Two Girls, a Golden Balloon, and Fate - lalwanivikas
http://priceonomics.com/two-girls-a-golden-balloon-and-fate/

======
evanjacobs
This reminds me of a story I heard as a kid while listening to a baseball game
on the radio.

During a game one night, one of the non-starting pitchers was bored in the
dugout and started doodling on the baseballs that would be periodically
brought out to the umpire (to replace balls that are hit out of play or that
are scuffed on the dirt). He happened to know that it was the home plate
umpire's birthday that day and so on one ball he wrote "Happy Birthday Dave"
(or whatever the umpire's name was). At one point, that ball was brought out
to the umpire by the bat boy along with a few other balls and was put into
play by the umpire who didn't notice the inscription.
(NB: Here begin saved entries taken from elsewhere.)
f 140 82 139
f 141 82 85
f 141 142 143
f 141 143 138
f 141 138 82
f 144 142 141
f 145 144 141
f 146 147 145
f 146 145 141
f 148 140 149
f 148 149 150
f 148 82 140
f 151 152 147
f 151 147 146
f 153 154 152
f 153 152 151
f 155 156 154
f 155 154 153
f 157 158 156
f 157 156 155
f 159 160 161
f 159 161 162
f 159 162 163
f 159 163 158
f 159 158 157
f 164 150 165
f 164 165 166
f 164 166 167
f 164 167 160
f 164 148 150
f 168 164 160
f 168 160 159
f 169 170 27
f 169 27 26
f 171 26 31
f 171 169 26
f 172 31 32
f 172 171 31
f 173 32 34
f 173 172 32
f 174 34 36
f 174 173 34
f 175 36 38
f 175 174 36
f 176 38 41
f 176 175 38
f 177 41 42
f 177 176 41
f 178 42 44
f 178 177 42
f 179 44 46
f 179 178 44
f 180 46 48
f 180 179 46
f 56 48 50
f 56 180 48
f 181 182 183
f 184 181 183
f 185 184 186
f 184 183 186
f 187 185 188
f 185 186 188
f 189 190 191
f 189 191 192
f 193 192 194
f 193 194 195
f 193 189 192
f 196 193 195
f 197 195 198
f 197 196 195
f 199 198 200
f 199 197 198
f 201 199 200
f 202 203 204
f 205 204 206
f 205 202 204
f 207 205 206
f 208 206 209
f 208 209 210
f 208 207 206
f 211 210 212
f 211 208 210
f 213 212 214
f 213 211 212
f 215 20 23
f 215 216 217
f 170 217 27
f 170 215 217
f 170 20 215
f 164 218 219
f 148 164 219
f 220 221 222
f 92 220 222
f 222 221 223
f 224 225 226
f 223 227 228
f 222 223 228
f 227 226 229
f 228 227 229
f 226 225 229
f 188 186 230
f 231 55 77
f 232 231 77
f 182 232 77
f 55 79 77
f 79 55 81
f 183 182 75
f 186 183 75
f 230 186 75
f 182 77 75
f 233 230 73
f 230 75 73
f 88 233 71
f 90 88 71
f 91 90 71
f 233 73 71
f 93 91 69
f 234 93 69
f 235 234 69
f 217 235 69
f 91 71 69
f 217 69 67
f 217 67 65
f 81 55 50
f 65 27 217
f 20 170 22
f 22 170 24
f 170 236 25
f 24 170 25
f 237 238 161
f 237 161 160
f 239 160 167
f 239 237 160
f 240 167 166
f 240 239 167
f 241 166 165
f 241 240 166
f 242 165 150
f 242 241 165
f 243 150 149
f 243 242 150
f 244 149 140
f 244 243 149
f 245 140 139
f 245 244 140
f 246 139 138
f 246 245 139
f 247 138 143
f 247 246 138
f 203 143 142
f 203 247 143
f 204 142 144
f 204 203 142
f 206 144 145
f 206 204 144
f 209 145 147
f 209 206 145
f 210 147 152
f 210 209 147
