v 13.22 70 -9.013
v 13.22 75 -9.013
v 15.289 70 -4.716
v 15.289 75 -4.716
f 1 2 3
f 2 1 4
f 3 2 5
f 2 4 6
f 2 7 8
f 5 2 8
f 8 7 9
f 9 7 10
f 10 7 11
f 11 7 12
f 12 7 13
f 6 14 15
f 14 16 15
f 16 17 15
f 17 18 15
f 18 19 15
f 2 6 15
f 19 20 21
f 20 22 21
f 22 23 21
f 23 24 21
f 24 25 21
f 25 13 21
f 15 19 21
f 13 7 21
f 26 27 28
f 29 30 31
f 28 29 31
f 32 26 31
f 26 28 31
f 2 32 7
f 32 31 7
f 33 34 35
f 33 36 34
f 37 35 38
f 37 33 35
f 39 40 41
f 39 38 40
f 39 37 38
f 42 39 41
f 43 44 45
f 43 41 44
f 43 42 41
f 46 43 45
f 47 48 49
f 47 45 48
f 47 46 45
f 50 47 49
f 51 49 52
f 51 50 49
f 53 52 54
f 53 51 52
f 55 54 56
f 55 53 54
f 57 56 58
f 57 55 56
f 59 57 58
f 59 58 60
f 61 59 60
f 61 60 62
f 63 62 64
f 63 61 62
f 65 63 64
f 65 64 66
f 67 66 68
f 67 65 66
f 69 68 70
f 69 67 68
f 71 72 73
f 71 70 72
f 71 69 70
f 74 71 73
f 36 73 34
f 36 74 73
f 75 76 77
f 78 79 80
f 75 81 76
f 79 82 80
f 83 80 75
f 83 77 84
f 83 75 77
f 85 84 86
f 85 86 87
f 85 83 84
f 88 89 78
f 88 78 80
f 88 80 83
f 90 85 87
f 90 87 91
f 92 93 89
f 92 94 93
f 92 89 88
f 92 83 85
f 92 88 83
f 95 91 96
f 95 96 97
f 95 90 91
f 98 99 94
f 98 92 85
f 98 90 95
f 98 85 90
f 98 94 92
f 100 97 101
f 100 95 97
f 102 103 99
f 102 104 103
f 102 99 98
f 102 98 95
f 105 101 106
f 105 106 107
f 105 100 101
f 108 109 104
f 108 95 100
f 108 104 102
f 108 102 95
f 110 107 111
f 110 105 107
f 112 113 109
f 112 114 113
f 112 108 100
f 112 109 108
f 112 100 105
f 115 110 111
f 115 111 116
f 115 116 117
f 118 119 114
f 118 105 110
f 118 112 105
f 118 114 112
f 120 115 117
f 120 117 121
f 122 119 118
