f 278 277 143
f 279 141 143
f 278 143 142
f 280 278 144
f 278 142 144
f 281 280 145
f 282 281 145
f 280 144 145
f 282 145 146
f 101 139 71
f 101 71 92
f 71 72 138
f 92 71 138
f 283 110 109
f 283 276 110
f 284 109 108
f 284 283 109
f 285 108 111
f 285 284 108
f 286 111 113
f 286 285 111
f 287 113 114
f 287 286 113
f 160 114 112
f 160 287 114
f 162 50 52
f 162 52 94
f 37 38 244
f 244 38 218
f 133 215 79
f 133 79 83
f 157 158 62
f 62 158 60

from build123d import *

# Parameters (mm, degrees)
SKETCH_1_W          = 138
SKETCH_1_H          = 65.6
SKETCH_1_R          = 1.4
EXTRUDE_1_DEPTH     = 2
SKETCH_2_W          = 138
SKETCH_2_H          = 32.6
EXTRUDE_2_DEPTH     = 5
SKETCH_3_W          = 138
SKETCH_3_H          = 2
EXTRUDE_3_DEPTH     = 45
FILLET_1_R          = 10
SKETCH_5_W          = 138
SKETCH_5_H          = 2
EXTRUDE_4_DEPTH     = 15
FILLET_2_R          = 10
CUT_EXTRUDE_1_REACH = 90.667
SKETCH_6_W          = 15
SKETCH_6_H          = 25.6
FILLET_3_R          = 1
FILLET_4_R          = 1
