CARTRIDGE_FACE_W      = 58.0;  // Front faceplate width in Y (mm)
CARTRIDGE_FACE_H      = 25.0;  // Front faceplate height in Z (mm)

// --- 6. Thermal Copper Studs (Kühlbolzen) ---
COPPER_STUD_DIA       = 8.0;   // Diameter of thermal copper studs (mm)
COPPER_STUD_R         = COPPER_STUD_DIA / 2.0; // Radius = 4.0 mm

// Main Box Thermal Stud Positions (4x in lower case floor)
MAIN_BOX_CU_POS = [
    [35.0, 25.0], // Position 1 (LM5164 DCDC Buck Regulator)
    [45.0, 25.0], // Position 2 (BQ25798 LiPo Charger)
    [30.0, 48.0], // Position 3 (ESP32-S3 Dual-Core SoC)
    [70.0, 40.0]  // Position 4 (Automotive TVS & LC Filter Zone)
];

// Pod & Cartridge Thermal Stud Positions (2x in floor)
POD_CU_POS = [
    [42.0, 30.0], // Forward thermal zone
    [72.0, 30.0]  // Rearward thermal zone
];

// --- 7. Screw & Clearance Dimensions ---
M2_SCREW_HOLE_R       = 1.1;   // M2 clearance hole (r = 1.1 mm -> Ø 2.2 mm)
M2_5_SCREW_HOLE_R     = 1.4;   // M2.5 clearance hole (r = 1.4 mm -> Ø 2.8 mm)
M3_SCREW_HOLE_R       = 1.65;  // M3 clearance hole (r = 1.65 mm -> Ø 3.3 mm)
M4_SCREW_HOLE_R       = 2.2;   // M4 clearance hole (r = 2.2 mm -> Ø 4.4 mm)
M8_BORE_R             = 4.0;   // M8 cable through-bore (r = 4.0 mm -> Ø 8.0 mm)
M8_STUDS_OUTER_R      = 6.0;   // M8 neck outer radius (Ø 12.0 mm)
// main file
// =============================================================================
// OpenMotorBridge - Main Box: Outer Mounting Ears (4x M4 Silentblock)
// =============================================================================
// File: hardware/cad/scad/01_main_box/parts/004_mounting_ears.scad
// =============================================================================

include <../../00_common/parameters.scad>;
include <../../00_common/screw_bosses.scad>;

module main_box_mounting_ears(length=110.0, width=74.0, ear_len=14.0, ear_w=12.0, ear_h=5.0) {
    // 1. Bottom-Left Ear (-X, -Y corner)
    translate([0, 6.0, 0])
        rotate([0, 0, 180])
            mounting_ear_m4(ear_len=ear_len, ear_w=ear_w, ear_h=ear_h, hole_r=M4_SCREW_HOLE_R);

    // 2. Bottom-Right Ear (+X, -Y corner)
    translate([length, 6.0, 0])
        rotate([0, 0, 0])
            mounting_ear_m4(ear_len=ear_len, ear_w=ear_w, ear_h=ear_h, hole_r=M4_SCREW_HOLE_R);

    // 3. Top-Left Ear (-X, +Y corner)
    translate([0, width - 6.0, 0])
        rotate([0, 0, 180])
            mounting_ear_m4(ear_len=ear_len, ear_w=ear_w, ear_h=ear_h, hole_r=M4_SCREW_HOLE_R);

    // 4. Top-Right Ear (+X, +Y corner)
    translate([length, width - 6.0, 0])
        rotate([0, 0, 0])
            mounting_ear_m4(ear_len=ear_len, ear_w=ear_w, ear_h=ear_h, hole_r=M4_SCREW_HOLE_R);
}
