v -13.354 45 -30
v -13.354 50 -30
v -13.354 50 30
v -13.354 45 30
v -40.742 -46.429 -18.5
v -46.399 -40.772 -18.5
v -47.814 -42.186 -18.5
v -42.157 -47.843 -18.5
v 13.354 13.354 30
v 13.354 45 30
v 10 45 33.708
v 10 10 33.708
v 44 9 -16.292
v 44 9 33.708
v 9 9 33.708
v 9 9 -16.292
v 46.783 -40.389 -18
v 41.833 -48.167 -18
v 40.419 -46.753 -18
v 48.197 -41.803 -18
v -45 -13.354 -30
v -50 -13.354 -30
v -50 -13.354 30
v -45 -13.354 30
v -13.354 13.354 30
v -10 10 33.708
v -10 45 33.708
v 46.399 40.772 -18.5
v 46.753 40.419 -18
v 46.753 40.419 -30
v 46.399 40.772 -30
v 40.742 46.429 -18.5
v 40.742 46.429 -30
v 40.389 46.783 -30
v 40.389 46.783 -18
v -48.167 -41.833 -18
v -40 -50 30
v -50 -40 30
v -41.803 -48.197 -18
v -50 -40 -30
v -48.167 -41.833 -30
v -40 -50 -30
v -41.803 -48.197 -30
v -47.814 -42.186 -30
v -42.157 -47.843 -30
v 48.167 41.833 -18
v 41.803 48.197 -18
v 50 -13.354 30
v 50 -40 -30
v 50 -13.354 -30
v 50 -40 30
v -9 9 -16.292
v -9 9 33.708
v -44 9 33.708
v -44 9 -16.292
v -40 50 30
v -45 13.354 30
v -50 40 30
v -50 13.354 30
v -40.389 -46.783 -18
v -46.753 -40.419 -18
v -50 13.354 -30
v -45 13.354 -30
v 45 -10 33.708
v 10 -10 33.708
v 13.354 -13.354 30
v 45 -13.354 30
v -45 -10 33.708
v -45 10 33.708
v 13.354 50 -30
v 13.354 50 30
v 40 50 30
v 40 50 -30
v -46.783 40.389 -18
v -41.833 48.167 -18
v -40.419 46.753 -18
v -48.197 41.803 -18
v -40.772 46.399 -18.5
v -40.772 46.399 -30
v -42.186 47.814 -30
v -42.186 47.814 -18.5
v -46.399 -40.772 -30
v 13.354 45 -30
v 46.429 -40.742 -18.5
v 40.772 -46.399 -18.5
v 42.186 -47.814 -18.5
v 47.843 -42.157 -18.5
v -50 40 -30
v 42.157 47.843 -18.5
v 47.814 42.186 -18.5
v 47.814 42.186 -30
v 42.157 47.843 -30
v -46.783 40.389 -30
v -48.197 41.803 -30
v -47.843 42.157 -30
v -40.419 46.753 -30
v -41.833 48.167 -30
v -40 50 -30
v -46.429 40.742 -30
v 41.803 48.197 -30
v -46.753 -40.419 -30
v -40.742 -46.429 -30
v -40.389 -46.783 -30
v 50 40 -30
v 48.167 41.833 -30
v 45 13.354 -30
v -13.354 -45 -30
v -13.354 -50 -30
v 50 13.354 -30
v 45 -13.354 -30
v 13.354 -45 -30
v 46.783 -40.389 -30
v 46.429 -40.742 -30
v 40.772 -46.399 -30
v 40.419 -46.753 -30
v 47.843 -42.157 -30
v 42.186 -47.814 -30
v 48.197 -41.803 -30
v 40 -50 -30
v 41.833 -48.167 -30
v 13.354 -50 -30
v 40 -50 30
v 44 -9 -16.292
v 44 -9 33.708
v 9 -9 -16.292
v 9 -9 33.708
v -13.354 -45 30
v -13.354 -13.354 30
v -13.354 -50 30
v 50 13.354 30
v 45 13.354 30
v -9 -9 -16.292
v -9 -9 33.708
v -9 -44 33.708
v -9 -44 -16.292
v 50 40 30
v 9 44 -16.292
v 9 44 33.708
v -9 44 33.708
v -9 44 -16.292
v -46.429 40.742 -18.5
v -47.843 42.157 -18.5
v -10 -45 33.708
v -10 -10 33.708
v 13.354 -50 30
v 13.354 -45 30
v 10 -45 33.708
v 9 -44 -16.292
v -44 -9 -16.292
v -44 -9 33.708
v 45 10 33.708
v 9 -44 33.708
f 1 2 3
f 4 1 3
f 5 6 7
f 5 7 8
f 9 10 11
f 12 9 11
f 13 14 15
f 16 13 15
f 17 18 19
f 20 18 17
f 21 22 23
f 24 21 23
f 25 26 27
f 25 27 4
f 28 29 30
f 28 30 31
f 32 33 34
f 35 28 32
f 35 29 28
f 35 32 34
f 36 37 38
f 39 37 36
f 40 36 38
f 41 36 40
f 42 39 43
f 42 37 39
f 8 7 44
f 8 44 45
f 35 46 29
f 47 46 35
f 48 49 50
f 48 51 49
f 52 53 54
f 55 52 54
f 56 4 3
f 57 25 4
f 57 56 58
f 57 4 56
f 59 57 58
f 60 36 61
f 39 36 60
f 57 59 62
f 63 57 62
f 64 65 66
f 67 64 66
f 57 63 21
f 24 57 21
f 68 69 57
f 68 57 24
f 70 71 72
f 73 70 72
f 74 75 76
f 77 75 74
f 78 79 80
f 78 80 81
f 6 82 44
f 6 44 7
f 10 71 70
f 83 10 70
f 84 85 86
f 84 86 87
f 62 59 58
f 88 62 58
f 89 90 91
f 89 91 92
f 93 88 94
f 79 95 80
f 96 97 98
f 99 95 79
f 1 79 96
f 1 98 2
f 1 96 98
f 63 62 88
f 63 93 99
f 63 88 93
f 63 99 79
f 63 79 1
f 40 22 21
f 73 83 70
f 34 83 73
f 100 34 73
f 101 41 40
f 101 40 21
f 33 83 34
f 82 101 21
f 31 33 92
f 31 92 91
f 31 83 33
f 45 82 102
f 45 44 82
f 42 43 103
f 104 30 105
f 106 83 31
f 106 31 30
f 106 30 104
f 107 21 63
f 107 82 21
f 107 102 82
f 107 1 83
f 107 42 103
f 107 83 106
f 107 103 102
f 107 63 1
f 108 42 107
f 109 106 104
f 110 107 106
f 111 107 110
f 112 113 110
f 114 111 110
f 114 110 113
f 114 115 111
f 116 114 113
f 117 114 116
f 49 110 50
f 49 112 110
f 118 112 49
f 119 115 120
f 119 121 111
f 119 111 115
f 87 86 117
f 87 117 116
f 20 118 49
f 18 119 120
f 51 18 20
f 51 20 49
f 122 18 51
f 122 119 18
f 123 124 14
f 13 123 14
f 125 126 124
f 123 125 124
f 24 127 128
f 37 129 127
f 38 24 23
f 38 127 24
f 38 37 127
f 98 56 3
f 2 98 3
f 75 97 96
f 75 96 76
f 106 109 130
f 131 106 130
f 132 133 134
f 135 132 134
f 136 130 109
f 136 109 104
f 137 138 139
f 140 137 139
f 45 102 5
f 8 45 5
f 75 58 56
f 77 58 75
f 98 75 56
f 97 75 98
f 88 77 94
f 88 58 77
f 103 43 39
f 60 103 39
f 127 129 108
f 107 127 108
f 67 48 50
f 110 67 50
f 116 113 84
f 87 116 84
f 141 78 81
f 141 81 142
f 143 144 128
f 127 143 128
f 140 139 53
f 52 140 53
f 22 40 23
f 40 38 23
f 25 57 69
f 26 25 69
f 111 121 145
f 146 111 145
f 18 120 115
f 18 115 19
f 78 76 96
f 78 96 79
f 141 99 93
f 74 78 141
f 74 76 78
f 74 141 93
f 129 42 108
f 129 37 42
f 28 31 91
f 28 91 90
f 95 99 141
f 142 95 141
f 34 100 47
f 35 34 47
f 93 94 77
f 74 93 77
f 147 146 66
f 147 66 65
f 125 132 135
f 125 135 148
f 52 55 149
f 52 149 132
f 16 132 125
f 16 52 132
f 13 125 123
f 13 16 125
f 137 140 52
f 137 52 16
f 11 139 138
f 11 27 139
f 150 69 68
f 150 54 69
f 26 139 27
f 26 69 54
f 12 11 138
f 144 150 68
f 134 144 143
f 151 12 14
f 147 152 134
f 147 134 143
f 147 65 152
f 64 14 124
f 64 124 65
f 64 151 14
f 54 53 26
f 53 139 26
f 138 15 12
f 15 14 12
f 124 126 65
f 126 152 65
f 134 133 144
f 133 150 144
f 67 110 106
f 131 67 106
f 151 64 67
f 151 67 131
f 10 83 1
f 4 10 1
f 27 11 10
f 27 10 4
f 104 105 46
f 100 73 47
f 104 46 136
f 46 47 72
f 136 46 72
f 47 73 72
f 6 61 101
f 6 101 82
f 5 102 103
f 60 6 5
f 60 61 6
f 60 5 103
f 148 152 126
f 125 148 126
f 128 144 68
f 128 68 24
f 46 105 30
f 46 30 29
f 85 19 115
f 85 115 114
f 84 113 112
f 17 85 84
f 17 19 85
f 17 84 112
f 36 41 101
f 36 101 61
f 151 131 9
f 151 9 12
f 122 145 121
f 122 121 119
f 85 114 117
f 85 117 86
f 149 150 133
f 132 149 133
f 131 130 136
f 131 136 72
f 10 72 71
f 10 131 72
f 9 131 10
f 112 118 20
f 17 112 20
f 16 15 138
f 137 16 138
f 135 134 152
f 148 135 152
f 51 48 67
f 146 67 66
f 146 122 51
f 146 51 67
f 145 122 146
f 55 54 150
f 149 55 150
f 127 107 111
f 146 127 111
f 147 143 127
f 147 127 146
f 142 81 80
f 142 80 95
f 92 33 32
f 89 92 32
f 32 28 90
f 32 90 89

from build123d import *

# Parameters (mm, degrees)
F1_DEPTH  = 50
F3_DEPTH  = 50
F5_DEPTH  = 5
F7_DEPTH  = 5
F9_DEPTH  = 5
F11_DEPTH = 5
F12_SIZE  = 10
F13_W     = 9
F13_H     = 12
F14_DEPTH = 2
F15_W     = 8
F15_H     = 11.5
F16_DEPTH = 2
F17_W     = 9
F17_H     = 12
F18_DEPTH = 2
F20_W     = 9
F20_H     = 12
F21_DEPTH = 2
F22_W     = 8
F22_H     = 11.5
F23_DEPTH = 2
F24_W     = 9
F24_H     = 12
F25_DEPTH = 2
F26_W     = 8
F26_H     = 11.5
F27_DEPTH = 2
F19_W     = 8
F19_H     = 11.5
F28_DEPTH = 2
F30_DEPTH = 50


with BuildPart() as f1:
    # F0 (on Front) → F1 (new body, symmetric)
    with BuildSketch(Plane.XZ):
        Polygon((-50, -30), (50, -30), (50, 30), (13.3536681533, 30), (10, 33.708491596), (0, 33.708491596), (-10, 33.708491596), (-13.3536681533, 30), (-50, 30), align=None)
    extrude(amount=F1_DEPTH, both=True)

    # F2 (on Right) → F3 (join, symmetric)
    with BuildSketch(Plane.YZ):
        Polygon((10, 33.708491596), (0, 33.708491596), (-10, 33.708491596), (-13.3536681533, 30), (-50, 30), (-50, -30), (0, -30), (50, -30), (50, 30), (13.3536681533, 30), align=None)
    extrude(amount=F3_DEPTH, both=True)

    # F4 (on face) → F5 (cut)
    with BuildSketch(Plane(origin=(-50, 0, 0), x_dir=(0, -1, 0), z_dir=(-1, 0, 0))):
        Polygon((10, 33.708491596), (-10, 33.708491596), (-13.3536681533, 30), (-13.3536681533, -30), (13.3536681533, -30), (13.3536681533, 30), align=None)
    extrude(amount=-F5_DEPTH, mode=Mode.SUBTRACT)

    # F6 (on face) → F7 (cut)
    with BuildSketch(Plane.XZ.offset(50)):
        Polygon((-10, 33.708491596), (-13.3536681533, 30), (-13.3536681533, -30), (13.3536681533, -30), (13.3536681533, 30), (10, 33.708491596), align=None)
    extrude(amount=-F7_DEPTH, mode=Mode.SUBTRACT)

    # F8 (on face) → F9 (cut)
    with BuildSketch(Plane.YZ.offset(50)):
        Polygon((-10, 33.708491596), (-13.3536681533, 30), (-13.3536681533, -30), (13.3536681533, -30), (13.3536681533, 30), (10, 33.708491596), align=None)
    extrude(amount=-F9_DEPTH, mode=Mode.SUBTRACT)

    # F10 (on face) → F11 (cut)
    with BuildSketch(Plane(origin=(0, 50, 0), x_dir=(-1, 0, 0), z_dir=(0, 1, 0))):
        Polygon((-10, 33.708491596), (-13.3536681533, 30), (-13.3536681533, -30), (13.3536681533, -30), (13.3536681533, 30), (10, 33.708491596), align=None)
    extrude(amount=-F11_DEPTH, mode=Mode.SUBTRACT)

    # F12
    f12_edges = [f1.edges().sort_by_distance(p)[0] for p in [
        (50, -50, 0),
        (50, 50, 0),
        (-50, 50, 0),
        (-50, -50, 0),
    ]]
    chamfer(f12_edges, length=F12_SIZE)

    # F13 (on face) → F14 (cut)
    with BuildSketch(Plane(origin=(-45, 45, 0), x_dir=(-0.7071067812, -0.7071067812, 0), z_dir=(-0.7071067812, 0.7071067812, 0))):
        with Locations((0.0210678119, -24)):
            Rectangle(F13_W, F13_H)
    extrude(amount=-F14_DEPTH, mode=Mode.SUBTRACT)

    # F15 (on face) → F16 (join)
    with BuildSketch(Plane(origin=(-43.5857864376, 43.5857864376, 0), x_dir=(-0.7071067812, -0.7071067812, 0), z_dir=(-0.7071067812, 0.7071067812, 0))):
        with Locations((0.0210678119, -24.25)):
            Rectangle(F15_W, F15_H)
    extrude(amount=F16_DEPTH)

    # F17 (on face) → F18 (cut)
    with BuildSketch(Plane(origin=(-45, -45, 0), x_dir=(0.7071067812, -0.7071067812, 0), z_dir=(-0.7071067812, -0.7071067812, 0))):
        with Locations((0.0210678119, -24)):
            Rectangle(F17_W, F17_H)
    extrude(amount=-F18_DEPTH, mode=Mode.SUBTRACT)

    # F20 (on face) → F21 (cut)
    with BuildSketch(Plane(origin=(45, -45, 0), x_dir=(0.7071067812, 0.7071067812, 0), z_dir=(0.7071067812, -0.7071067812, 0))):
        with Locations((0.0210678119, -24)):
            Rectangle(F20_W, F20_H)
    extrude(amount=-F21_DEPTH, mode=Mode.SUBTRACT)

    # F22 (on face) → F23 (join)
    with BuildSketch(Plane(origin=(43.5857864376, -43.5857864376, 0), x_dir=(0.7071067812, 0.7071067812, 0), z_dir=(0.7071067812, -0.7071067812, 0))):
        with Locations((0.0210678119, -24.25)):
            Rectangle(F22_W, F22_H)
    extrude(amount=F23_DEPTH)

    # F24 (on face) → F25 (cut)
    with BuildSketch(Plane(origin=(45, 45, 0), x_dir=(-0.7071067812, 0.7071067812, 0), z_dir=(0.7071067812, 0.7071067812, 0))):
        with Locations((0.0210678119, -24)):
            Rectangle(F24_W, F24_H)
    extrude(amount=-F25_DEPTH, mode=Mode.SUBTRACT)

    # F26 (on face) → F27 (join)
    with BuildSketch(Plane(origin=(43.5857864376, 43.5857864376, 0), x_dir=(-0.7071067812, 0.7071067812, 0), z_dir=(0.7071067812, 0.7071067812, 0))):
        with Locations((0.0210678119, -24.25)):
            Rectangle(F26_W, F26_H)
    extrude(amount=F27_DEPTH)

    # F19 (on face) → F28 (join)
    with BuildSketch(Plane(origin=(-43.5857864376, -43.5857864376, 0), x_dir=(0.7071067812, -0.7071067812, 0), z_dir=(-0.7071067812, -0.7071067812, 0))):
        with Locations((0.0210678119, -24.25)):
            Rectangle(F19_W, F19_H)
    extrude(amount=F28_DEPTH)

    # F29 (on face) → F30 (cut)
    with BuildSketch(Plane.XY.offset(33.708491596)):
        Polygon((-44, 9), (-44, -9), (-9, -9), (-9, -44), (9, -44), (9, -9), (44, -9), (44, 9), (9, 9), (9, 44), (-9, 44), (-9, 9), align=None)
    extrude(amount=-F30_DEPTH, mode=Mode.SUBTRACT)


solid = f1.part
The batter happened to hit that ball foul into the stands where it was caught
by a guy named Dave who was also celebrating his birthday that day.

------
smoyer
I love hearing stories like this because it's amazing how many coincidences
can occur (especially when we look for them). As the article almost points out
(in reference to human nature), we're totally in the dark about all the things
that make the girls different.

I also think commonalities can be asymmetric ... they both hate pork rinds and
love candy is markedly more likely than they both hate candy and love pork
rinds.

------
jisaacks
This was a story on radiolab titled stochasticity:
[http://www.radiolab.org/story/91684-stochasticity/](http://www.radiolab.org/story/91684-stochasticity/)

------
wikwocket
What a fun story. I can see what the mathematician is saying, that with
billions of "events" happening all the time, supremely improbable events like
this are bound to happen periodically. And we only notice the ones that strike
our fancy.

But it still makes for a fun read, and in the end it brought together two
families and forged new friendships.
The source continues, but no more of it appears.